Check every line of the entries below for the word "with", and copy the ones that have it.

[RECORDED DATA — start]

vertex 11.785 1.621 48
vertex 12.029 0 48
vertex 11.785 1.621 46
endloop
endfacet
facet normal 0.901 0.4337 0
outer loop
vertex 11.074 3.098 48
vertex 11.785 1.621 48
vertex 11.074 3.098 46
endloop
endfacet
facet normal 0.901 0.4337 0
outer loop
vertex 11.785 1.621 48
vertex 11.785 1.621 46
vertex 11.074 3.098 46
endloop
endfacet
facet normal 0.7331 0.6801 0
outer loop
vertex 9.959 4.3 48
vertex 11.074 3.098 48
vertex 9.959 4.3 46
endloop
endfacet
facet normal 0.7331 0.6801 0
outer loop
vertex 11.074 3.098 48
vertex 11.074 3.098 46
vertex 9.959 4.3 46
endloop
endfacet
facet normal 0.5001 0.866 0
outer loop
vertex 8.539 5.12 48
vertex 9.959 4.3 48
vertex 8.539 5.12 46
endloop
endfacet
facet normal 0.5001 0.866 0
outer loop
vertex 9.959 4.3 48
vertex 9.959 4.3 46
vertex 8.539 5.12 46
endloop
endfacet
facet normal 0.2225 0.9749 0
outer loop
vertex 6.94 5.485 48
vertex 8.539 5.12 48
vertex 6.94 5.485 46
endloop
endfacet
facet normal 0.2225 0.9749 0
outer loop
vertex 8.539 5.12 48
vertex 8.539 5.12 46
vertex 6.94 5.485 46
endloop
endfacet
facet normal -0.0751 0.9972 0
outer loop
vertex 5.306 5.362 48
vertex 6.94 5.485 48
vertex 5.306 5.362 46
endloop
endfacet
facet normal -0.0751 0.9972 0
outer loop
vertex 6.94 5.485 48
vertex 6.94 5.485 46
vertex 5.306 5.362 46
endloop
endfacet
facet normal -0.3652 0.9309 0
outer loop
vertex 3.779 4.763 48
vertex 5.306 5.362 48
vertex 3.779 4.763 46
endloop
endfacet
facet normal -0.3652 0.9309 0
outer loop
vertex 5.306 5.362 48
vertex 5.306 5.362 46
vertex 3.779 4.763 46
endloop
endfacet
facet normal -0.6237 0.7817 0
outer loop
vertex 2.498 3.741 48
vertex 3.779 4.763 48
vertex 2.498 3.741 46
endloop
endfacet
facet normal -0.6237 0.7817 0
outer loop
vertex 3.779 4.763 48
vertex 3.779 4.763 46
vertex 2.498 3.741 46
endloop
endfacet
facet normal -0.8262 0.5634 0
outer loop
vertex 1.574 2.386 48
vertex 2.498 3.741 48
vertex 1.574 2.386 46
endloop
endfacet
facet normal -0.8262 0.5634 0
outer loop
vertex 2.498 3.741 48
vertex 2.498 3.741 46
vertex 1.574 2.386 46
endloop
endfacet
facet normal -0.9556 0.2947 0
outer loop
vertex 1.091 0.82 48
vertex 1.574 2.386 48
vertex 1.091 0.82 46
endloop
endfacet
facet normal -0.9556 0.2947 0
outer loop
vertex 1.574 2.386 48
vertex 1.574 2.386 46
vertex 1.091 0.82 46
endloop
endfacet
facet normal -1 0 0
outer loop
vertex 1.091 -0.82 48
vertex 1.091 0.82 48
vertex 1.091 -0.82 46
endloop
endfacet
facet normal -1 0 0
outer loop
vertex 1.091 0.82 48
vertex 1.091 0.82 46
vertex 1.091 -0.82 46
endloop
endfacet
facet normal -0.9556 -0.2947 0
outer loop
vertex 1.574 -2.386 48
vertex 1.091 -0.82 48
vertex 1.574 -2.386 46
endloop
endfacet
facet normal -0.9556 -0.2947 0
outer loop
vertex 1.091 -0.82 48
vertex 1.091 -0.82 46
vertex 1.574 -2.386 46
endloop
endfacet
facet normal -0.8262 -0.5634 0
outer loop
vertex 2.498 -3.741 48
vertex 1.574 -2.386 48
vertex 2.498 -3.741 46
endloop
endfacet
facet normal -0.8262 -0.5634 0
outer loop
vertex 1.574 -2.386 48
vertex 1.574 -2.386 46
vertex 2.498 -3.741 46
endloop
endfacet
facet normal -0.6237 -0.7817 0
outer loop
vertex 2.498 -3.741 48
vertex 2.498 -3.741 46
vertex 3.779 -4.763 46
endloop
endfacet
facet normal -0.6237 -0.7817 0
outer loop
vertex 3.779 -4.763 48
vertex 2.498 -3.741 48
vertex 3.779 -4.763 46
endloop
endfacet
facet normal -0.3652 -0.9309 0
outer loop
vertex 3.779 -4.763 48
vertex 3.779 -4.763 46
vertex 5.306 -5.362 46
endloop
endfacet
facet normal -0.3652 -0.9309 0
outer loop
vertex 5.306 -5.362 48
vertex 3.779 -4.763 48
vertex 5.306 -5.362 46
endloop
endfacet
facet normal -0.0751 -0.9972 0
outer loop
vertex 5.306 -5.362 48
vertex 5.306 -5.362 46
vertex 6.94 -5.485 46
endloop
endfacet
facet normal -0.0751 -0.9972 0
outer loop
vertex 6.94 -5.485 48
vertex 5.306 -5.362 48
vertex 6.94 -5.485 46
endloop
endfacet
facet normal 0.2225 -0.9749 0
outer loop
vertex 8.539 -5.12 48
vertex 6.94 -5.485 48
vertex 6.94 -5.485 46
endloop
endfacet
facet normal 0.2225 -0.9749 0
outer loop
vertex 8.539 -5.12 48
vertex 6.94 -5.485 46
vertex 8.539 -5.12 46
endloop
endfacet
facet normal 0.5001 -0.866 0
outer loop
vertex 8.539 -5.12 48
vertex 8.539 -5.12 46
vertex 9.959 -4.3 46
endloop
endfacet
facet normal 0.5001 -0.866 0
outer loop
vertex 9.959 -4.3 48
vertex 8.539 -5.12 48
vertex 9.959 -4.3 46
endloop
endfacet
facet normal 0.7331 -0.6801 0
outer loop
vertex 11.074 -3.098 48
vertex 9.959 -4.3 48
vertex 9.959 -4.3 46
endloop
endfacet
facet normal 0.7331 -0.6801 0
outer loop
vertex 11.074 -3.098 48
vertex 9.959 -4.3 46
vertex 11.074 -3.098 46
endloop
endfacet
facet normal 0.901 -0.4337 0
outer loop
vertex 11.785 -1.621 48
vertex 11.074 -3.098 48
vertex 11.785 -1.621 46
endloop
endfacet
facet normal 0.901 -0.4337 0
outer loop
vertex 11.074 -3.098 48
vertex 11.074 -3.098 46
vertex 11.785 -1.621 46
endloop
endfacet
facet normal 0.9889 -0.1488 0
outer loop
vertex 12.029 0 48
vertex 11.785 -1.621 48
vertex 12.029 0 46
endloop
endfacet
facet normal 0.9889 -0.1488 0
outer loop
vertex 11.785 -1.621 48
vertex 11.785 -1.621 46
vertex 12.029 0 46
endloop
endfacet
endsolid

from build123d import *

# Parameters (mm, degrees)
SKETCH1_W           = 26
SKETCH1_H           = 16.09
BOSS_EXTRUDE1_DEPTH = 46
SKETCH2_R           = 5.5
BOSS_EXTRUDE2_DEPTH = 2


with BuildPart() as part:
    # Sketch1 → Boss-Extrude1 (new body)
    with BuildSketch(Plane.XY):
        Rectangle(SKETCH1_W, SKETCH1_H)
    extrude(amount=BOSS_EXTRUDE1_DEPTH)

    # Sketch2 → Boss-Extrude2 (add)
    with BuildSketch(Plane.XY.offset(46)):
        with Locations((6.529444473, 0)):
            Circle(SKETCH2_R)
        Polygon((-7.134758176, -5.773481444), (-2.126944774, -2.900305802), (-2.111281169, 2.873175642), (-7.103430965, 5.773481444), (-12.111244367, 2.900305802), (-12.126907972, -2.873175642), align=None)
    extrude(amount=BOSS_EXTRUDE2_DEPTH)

[RECORDED DATA — finish]
[RECORDED DATA — start]

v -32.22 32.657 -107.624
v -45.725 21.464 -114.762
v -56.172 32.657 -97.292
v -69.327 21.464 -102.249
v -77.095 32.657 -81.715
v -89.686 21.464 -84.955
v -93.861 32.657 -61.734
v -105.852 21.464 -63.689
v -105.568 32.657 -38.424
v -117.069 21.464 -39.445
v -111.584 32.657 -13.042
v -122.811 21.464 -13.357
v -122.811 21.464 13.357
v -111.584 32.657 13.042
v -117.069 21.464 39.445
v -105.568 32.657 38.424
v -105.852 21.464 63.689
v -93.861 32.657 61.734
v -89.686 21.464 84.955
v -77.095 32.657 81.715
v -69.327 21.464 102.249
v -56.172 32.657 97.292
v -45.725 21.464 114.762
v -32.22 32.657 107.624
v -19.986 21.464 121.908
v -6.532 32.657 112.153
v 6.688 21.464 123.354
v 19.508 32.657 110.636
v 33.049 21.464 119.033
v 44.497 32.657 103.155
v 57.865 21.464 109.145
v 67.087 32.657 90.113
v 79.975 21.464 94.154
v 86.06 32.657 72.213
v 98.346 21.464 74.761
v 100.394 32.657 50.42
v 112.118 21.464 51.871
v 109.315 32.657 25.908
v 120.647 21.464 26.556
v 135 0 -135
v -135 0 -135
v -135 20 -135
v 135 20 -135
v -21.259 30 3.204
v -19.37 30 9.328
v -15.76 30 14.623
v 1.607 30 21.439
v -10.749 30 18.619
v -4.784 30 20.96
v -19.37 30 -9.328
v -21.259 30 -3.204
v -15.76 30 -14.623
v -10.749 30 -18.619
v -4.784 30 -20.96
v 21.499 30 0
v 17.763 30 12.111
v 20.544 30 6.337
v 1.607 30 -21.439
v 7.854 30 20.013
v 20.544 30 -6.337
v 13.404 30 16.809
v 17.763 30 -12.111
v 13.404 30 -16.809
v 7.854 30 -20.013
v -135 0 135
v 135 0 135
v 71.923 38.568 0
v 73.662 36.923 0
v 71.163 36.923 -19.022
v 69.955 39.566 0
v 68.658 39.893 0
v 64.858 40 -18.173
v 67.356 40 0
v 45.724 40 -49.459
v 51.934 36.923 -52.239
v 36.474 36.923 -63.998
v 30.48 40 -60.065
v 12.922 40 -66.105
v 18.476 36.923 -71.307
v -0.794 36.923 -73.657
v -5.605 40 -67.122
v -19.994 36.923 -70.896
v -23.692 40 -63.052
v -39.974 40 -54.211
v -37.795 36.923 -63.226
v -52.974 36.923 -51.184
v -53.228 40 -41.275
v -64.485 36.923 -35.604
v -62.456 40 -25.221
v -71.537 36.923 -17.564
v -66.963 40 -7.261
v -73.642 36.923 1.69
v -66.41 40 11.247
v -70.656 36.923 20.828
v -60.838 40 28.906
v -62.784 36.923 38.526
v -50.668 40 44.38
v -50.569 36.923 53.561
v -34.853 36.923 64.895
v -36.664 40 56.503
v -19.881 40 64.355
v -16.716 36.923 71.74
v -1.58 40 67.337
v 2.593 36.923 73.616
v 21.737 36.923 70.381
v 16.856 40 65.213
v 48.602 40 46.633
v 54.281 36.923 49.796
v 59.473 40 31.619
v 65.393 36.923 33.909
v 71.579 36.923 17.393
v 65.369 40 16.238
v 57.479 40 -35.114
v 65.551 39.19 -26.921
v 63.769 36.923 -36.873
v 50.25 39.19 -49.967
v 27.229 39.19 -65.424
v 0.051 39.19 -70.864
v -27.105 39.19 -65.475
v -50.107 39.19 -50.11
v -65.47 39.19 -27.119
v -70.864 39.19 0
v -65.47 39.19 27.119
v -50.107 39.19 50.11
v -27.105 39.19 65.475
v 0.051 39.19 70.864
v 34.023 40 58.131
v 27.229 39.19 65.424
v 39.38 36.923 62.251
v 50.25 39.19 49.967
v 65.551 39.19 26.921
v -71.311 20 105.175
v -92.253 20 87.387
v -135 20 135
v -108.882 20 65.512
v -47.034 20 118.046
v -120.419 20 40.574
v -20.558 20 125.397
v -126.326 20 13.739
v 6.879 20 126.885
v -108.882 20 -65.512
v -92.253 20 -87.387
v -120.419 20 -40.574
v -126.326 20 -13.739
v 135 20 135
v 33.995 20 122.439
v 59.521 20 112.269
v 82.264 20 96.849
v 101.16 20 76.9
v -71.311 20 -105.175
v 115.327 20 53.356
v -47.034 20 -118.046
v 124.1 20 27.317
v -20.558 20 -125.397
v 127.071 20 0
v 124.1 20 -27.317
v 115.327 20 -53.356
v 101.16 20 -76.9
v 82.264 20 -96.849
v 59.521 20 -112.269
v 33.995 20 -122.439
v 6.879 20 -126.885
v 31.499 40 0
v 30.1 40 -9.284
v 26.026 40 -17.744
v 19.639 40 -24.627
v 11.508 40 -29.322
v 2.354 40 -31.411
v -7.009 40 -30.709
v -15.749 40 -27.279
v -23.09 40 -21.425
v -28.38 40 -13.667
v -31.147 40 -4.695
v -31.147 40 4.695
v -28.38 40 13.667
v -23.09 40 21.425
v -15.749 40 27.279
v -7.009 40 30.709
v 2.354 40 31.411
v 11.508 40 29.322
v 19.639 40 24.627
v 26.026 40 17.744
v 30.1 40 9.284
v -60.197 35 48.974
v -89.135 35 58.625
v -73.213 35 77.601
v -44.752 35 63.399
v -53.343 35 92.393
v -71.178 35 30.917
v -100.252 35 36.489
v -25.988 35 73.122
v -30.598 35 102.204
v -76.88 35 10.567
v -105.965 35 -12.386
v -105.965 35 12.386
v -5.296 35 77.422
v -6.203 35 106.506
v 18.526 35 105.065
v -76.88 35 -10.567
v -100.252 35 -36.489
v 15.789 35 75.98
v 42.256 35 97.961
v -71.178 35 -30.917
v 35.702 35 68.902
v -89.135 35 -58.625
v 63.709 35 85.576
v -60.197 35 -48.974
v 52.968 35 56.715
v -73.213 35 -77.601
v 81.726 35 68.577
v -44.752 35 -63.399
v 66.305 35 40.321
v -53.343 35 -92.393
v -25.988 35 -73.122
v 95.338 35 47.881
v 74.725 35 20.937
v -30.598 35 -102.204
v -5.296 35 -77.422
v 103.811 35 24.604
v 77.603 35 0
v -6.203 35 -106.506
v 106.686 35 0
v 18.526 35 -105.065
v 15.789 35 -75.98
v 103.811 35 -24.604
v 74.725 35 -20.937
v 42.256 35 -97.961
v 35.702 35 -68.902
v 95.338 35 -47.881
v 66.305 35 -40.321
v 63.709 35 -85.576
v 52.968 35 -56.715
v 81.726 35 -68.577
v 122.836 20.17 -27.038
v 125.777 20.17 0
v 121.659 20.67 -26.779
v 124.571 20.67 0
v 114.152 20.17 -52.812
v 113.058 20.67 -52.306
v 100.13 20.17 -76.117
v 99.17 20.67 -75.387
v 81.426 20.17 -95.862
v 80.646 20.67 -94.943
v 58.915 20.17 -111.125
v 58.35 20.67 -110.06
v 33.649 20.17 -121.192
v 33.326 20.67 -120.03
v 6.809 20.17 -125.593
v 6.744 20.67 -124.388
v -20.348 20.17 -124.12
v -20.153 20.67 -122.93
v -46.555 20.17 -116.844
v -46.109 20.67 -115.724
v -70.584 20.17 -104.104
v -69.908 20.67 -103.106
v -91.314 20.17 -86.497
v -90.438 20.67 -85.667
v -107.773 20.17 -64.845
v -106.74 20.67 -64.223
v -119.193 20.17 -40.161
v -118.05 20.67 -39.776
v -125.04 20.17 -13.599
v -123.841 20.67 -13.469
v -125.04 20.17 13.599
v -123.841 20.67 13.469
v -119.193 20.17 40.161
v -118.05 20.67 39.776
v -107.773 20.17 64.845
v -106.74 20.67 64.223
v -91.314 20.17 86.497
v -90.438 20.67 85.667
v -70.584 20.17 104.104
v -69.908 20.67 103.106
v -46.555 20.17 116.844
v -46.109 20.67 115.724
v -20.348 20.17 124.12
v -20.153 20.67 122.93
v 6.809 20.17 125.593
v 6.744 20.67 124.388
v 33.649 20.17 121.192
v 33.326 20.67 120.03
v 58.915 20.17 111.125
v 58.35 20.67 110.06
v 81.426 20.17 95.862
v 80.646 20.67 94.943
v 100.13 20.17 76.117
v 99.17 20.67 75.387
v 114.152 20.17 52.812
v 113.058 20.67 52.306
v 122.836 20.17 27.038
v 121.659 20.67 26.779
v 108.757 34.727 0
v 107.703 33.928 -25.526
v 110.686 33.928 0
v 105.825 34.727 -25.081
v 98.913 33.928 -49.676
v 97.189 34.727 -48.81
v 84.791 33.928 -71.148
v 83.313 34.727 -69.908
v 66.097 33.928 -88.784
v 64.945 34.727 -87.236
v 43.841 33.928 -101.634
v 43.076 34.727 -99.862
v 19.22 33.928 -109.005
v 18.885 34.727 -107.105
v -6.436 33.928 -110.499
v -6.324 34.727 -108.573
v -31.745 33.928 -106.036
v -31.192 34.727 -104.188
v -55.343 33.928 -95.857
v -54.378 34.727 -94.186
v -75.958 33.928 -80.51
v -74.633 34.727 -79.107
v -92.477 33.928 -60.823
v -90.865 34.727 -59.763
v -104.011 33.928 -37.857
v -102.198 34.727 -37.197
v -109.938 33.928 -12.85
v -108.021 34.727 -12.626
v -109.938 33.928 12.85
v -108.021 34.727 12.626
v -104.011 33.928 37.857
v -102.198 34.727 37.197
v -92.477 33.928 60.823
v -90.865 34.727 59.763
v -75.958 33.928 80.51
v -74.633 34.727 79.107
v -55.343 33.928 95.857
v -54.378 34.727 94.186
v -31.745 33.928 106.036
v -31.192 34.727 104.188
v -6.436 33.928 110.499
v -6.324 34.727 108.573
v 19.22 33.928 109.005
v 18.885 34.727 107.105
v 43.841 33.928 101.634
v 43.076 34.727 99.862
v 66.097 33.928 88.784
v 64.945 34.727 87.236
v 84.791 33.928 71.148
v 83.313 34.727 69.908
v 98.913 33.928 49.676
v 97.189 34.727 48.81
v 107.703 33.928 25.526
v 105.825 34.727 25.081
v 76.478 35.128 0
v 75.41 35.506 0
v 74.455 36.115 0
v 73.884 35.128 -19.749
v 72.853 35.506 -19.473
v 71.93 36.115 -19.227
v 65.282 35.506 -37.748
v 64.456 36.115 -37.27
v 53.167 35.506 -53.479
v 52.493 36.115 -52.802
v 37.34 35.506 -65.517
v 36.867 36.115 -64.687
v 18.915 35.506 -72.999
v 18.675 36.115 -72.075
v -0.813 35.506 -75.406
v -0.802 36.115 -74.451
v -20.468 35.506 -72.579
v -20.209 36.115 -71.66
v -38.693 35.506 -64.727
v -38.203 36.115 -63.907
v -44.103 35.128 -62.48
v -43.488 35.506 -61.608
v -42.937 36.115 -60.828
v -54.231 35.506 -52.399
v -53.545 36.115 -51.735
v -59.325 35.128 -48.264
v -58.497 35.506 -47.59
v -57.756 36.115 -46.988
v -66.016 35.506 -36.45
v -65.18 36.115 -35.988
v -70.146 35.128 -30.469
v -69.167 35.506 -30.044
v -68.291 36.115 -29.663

[RECORDED DATA — finish]

## [WRITTEN ANSWER]
with BuildPart() as part:
    with BuildSketch(Plane.XY):
    with BuildSketch(Plane.XY.offset(46)):
        with Locations((6.529444473, 0)):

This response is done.